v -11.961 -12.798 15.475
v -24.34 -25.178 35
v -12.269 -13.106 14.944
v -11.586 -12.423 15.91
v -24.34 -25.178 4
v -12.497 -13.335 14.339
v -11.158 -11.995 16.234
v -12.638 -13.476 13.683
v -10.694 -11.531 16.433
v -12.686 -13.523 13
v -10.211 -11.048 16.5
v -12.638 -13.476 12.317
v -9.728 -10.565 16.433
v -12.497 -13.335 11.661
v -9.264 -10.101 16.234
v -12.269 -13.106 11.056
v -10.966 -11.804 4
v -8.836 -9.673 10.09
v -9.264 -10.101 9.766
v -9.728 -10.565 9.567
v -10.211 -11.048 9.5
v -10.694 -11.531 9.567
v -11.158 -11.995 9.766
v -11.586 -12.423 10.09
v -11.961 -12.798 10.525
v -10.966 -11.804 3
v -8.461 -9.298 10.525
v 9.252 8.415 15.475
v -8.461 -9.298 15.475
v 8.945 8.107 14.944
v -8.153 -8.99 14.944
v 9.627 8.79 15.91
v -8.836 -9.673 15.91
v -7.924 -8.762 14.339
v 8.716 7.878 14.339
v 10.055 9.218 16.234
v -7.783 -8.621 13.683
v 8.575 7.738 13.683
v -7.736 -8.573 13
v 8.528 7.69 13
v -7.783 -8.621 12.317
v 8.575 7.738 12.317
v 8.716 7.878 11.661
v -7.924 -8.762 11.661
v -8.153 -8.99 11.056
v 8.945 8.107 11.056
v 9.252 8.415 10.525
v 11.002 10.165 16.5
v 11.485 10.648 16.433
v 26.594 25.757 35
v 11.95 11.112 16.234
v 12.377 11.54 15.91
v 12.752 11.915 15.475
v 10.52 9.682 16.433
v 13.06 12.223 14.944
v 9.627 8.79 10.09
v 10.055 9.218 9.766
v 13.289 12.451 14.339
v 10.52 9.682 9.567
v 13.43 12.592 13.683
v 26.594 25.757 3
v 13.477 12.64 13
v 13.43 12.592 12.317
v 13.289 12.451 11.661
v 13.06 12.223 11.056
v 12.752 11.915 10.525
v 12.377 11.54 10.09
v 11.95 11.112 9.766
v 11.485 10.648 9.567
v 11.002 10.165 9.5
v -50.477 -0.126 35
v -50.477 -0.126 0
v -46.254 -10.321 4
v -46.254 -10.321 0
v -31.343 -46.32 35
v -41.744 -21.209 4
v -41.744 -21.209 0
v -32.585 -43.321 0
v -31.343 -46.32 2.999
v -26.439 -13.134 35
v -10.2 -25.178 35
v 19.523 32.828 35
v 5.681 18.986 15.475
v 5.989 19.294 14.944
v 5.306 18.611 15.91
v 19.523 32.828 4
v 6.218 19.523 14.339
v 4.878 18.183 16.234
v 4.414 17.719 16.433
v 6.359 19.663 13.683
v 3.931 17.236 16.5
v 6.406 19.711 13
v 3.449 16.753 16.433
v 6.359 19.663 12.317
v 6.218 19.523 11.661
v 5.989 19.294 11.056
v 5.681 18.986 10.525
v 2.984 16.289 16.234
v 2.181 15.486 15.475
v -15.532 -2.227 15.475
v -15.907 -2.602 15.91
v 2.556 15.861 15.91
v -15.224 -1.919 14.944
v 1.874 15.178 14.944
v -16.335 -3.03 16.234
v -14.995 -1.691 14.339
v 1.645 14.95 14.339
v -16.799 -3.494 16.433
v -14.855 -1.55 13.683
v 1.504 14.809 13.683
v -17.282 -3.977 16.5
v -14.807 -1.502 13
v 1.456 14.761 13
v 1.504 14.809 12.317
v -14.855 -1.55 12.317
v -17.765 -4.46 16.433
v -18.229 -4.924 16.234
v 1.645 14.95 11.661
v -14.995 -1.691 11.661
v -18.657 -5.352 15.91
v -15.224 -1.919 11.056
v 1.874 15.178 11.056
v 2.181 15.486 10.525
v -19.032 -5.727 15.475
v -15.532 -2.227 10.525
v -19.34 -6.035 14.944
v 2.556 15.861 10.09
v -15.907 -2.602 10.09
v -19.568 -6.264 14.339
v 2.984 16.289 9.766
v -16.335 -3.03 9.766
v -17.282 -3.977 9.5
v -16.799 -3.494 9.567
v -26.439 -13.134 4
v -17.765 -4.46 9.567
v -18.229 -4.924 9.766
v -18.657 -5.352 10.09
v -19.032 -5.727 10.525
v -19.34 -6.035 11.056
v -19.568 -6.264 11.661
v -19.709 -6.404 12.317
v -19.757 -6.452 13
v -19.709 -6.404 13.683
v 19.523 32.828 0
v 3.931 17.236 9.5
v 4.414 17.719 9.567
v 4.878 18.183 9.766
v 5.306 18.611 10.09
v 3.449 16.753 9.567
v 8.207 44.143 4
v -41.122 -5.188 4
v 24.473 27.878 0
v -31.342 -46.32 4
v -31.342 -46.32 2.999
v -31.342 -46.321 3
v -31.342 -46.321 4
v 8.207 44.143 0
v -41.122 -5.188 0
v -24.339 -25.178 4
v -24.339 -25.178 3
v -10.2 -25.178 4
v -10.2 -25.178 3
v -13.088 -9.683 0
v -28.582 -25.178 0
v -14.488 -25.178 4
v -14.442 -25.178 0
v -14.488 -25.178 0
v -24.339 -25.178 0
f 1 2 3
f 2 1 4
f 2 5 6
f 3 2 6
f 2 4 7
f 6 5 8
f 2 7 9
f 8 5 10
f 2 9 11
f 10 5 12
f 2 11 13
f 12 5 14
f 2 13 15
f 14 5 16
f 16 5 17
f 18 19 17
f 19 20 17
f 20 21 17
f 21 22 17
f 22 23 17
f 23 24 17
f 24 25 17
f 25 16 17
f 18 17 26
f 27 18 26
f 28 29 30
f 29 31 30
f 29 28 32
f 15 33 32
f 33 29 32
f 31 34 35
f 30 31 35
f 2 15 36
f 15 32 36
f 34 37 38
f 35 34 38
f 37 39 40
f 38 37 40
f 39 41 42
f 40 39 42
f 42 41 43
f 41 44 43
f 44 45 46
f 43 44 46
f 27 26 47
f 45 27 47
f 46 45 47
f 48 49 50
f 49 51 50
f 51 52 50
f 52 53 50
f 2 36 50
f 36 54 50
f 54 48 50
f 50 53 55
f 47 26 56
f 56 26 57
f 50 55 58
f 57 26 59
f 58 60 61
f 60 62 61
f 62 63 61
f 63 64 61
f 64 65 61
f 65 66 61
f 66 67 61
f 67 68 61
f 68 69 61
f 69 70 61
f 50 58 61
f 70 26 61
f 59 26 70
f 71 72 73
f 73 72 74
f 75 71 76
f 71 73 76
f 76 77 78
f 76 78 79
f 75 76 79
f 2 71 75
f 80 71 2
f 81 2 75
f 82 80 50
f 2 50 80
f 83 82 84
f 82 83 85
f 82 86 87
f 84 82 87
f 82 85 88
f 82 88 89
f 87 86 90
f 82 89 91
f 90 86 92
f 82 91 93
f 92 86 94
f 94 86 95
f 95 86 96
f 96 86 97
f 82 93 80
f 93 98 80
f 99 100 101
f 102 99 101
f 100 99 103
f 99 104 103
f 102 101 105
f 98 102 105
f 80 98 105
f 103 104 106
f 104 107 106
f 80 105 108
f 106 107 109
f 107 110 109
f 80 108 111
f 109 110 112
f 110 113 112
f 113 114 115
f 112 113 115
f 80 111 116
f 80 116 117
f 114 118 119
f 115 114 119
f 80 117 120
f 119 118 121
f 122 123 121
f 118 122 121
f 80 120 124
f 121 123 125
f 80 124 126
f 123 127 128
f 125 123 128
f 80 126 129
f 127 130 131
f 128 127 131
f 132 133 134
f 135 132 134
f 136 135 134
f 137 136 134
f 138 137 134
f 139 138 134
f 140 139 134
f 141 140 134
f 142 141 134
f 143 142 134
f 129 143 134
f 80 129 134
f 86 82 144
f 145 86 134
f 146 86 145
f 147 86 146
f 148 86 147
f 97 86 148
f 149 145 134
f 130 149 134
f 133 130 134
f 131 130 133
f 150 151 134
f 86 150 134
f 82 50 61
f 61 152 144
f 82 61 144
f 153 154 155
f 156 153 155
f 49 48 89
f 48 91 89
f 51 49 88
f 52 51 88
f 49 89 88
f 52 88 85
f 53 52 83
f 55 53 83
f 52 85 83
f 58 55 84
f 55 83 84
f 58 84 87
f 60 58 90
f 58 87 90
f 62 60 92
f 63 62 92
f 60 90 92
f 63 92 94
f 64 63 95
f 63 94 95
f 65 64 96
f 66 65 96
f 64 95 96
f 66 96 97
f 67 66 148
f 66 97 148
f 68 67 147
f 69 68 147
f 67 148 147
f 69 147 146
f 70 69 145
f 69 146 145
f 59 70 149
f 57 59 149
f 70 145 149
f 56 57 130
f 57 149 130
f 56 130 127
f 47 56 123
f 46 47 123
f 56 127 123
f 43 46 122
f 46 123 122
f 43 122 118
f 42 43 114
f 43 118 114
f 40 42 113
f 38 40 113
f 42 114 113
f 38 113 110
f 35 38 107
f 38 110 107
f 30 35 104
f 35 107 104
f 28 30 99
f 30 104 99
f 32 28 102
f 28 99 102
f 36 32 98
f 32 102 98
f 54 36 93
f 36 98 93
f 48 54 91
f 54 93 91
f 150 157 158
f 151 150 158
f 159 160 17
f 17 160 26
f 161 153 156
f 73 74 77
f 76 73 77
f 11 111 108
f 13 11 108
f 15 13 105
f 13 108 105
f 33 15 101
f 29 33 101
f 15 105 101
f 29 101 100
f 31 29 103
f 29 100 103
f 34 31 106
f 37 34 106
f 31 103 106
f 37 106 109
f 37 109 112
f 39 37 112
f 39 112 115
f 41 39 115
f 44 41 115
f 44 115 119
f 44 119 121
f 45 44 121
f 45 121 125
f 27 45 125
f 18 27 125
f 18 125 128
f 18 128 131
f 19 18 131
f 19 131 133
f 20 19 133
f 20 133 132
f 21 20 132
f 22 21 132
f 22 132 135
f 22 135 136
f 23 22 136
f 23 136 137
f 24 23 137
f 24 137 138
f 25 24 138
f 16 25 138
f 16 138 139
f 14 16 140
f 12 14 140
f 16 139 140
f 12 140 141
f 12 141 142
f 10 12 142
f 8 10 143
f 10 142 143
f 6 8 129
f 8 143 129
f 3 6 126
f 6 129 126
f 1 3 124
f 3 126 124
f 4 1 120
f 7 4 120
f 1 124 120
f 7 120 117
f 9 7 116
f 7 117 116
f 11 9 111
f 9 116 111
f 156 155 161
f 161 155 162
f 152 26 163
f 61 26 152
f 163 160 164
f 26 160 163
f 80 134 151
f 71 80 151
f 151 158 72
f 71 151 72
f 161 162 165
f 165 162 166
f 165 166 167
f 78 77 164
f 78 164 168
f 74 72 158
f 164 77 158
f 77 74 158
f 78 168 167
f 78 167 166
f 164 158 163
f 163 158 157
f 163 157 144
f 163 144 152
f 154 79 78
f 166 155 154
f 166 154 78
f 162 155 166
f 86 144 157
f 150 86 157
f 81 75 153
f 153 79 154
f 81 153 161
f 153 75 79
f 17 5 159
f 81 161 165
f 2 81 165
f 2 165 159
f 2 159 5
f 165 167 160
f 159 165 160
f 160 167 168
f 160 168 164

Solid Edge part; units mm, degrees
sketch "Sketch1" plane through (0, 0, 0) normal (0, 0, 1) x (1, 0, 0)
  line L0 (-50.4769, -0.1262) -> (-31.3427, -46.3202)
  line L1 (-31.3427, -46.3202) -> (-10.2002, -25.1777)
  line L2 (-10.2002, -25.1777) -> (-24.3402, -25.1777)
  line L3 (-24.3402, -25.1777) -> (26.5942, 25.7567)
  line L4 (26.5942, 25.7567) -> (19.5231, 32.8278)
  line L5 (19.5231, 32.8278) -> (-26.4388, -13.1341)
  line L6 (-26.4388, -13.1341) -> (-50.4769, -0.1262)
  dimension "D1" = 50
  dimension "D2" = 29.9
  dimension "D3" = 10
  dimension "D4" = 65
  dimension "D5" = 14.14
  dimension "D6" = 70
extrude "Protrusion1" add sketch "Sketch1" along normal blind 35
sketch "Sketch2" plane through (-12.0121, -6.8169, 0) normal (0, 0, -1) x (-0.8795, 0.4759, 0)
  line L0 (-1.7996, -43.9425) -> (-10.3318, -15.2857)
  line L1 (-10.3318, -15.2857) -> (2.1041, -22.0153)
  line L2 (2.1041, -22.0153) -> (-18.451, 47.0217)
  line L3 (-18.451, 47.0217) -> (6.4693, 54.4415)
  line L4 (6.4693, 54.4415) -> (28.4484, -19.3779)
  line L5 (28.4484, -19.3779) -> (-1.7996, -43.9425)
  dimension "D1" = 36
extrude "Extrusionsausprägung_6" add sketch "Sketch2" against normal blind 4
sketch "Sketch3" plane through (-3.4579, 9.8468, 19.5) normal (-0.7071, 0.7071, 0) x (0, 0, 1)
  circle A0 centre (-6.5, 10.45) radius 3.5
  circle A1 centre (-6.5, -19.55) radius 3.5
  dimension "D1" = 7
  dimension "D2" = 22.05
  dimension "D3" = 13
  dimension "D4" = 30
extrude "Cutout1" cut sketch "Sketch3" against normal through all
chamfer "Fase_3" distance 3 angle 45 2 edges at (-20.7715, -35.7489, 0) (1.127, 0.2895, 0)
properties material "Nylon, allgemein"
------------------------------------------------------------
* _REQUIRED ACTION_: Of the entries above, repeat exactly the lines between the line with "f 162 155 166" and the line with "f 160 168 164", inclusive, and no others.

* _EXPECTED ANSWER_:
f 162 155 166
f 86 144 157
f 150 86 157
f 81 75 153
f 153 79 154
f 81 153 161
f 153 75 79
f 17 5 159
f 81 161 165
f 2 81 165
f 2 165 159
f 2 159 5
f 165 167 160
f 159 165 160
f 160 167 168
f 160 168 164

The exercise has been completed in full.